*Assignment*: Search the listing below for the line containing "solid = part.part". From there through the line containing "Rebuilt in FreeCAD, every", transcribe every line exactly, both ends included.
Excerpted records section start
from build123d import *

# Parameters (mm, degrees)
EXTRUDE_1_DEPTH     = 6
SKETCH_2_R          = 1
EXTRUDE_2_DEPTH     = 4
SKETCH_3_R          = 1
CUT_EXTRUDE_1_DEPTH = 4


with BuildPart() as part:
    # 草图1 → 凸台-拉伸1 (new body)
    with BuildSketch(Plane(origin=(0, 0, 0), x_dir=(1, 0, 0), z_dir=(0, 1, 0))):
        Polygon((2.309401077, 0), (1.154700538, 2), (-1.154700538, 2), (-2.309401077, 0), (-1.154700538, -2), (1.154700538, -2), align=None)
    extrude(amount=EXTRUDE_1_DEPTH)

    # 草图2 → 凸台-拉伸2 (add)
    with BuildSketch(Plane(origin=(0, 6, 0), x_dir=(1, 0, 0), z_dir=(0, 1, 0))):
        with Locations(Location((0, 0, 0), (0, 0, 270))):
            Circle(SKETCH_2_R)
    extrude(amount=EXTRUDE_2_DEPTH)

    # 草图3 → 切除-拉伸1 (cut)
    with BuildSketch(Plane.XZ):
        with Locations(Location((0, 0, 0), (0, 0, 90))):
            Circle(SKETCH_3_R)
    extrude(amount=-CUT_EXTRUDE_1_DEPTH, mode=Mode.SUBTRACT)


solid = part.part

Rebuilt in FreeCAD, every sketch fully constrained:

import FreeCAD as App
import Part
import Sketcher
from FreeCAD import Vector
Q = App.Units.Quantity


def add_polygon(sketch, points):
    """Adds a closed chain of lines whose ends are joined by coincident constraints."""
    first, n = sketch.GeometryCount, len(points)
    for a, b in zip(points, points[1:] + points[:1]):
        sketch.addGeometry(Part.LineSegment(App.Vector(*a, 0), App.Vector(*b, 0)), False)
    for i in range(n):
        sketch.addConstraint(Sketcher.Constraint("Coincident", first + i, 2, first + (i + 1) % n, 1))

doc = App.newDocument("Part")
params = doc.addObject("Spreadsheet::Sheet", "Params")
for row, (alias, value) in enumerate([
    ("pad1_length", "6 mm"),
    ("sketch2_diameter", "2 mm"),
    ("pad2_length", "4 mm"),
    ("sketch3_diameter", "2 mm"),
    ("pocket1_length", "4 mm"),
], start=1):
    params.set(f"A{row}", alias)
    params.set(f"B{row}", "=" + value)
    params.setAlias(f"B{row}", alias)

body = doc.addObject("PartDesign::Body", "Body")

sketch1 = doc.addObject("Sketcher::SketchObject", "Sketch")
body.addObject(sketch1)
sketch1.AttachmentSupport = (doc.XZ_Plane, [""])
sketch1.MapMode = "FlatFace"
add_polygon(sketch1, [(2.309401, 0), (1.154701, -2), (-1.154701, -2), (-2.309401, 0), (-1.154701, 2), (1.154701, 2)])
sketch1.addConstraint(Sketcher.Constraint("Horizontal", 1))
sketch1.addConstraint(Sketcher.Constraint("Horizontal", 4))
sketch1.addConstraint(Sketcher.Constraint("Symmetric", 0, 2, 3, 2, -1, 1))
sketch1.addConstraint(Sketcher.Constraint("Symmetric", 2, 2, 5, 2, -1, 1))
sketch1.addConstraint(Sketcher.Constraint("PointOnObject", 2, 2, -1))
sketch1.addConstraint(Sketcher.Constraint("Parallel", 2, 5))
sketch1.addConstraint(Sketcher.Constraint("Vertical", 1, 2, 3, 2))
sketch1.addConstraint(Sketcher.Constraint("Angle", 0, Q("-120 deg")))
sketch1.addConstraint(Sketcher.Constraint("DistanceY", 0, 2, -1, 1, 2.0))
sketch1.addConstraint(Sketcher.Constraint("DistanceX", 1, 2, 1, 1, 2.309401))
pad1 = doc.addObject("PartDesign::Pad", "Pad")
body.addObject(pad1)
pad1.Profile = sketch1
pad1.setExpression("Length", "Params.pad1_length")
pad1.Reversed = True

sketch2 = doc.addObject("Sketcher::SketchObject", "Sketch001")
body.addObject(sketch2)
sketch2.AttachmentSupport = (doc.XZ_Plane, [""])
sketch2.MapMode = "FlatFace"
sketch2.AttachmentOffset = App.Placement(Vector(0, 0, -6), App.Rotation())
sketch2.addGeometry(Part.Circle(Vector(0, 0, 0), Vector(0, 0, 1), 1), False)
sketch2.addConstraint(Sketcher.Constraint("Coincident", 0, 3, -1, 1))
sketch2.addConstraint(Sketcher.Constraint("Diameter", 0, 2.0))
sketch2.setExpression("Constraints[1]", "Params.sketch2_diameter")
pad2 = doc.addObject("PartDesign::Pad", "Pad001")
body.addObject(pad2)
pad2.Profile = sketch2
pad2.setExpression("Length", "Params.pad2_length")
pad2.Reversed = True

sketch3 = doc.addObject("Sketcher::SketchObject", "Sketch002")
body.addObject(sketch3)
sketch3.AttachmentSupport = (doc.XZ_Plane, [""])
sketch3.MapMode = "FlatFace"
sketch3.addGeometry(Part.Circle(Vector(0, 0, 0), Vector(0, 0, 1), 1), False)
sketch3.addConstraint(Sketcher.Constraint("Coincident", 0, 3, -1, 1))
sketch3.addConstraint(Sketcher.Constraint("Diameter", 0, 2.0))
sketch3.setExpression("Constraints[1]", "Params.sketch3_diameter")
pocket1 = doc.addObject("PartDesign::Pocket", "Pocket")
body.addObject(pocket1)
pocket1.Profile = sketch3
pocket1.setExpression("Length", "Params.pocket1_length")

doc.recompute()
Excerpted records section end
*Solution to this problem*:
solid = part.part

Rebuilt in FreeCAD, every sketch fully constrained:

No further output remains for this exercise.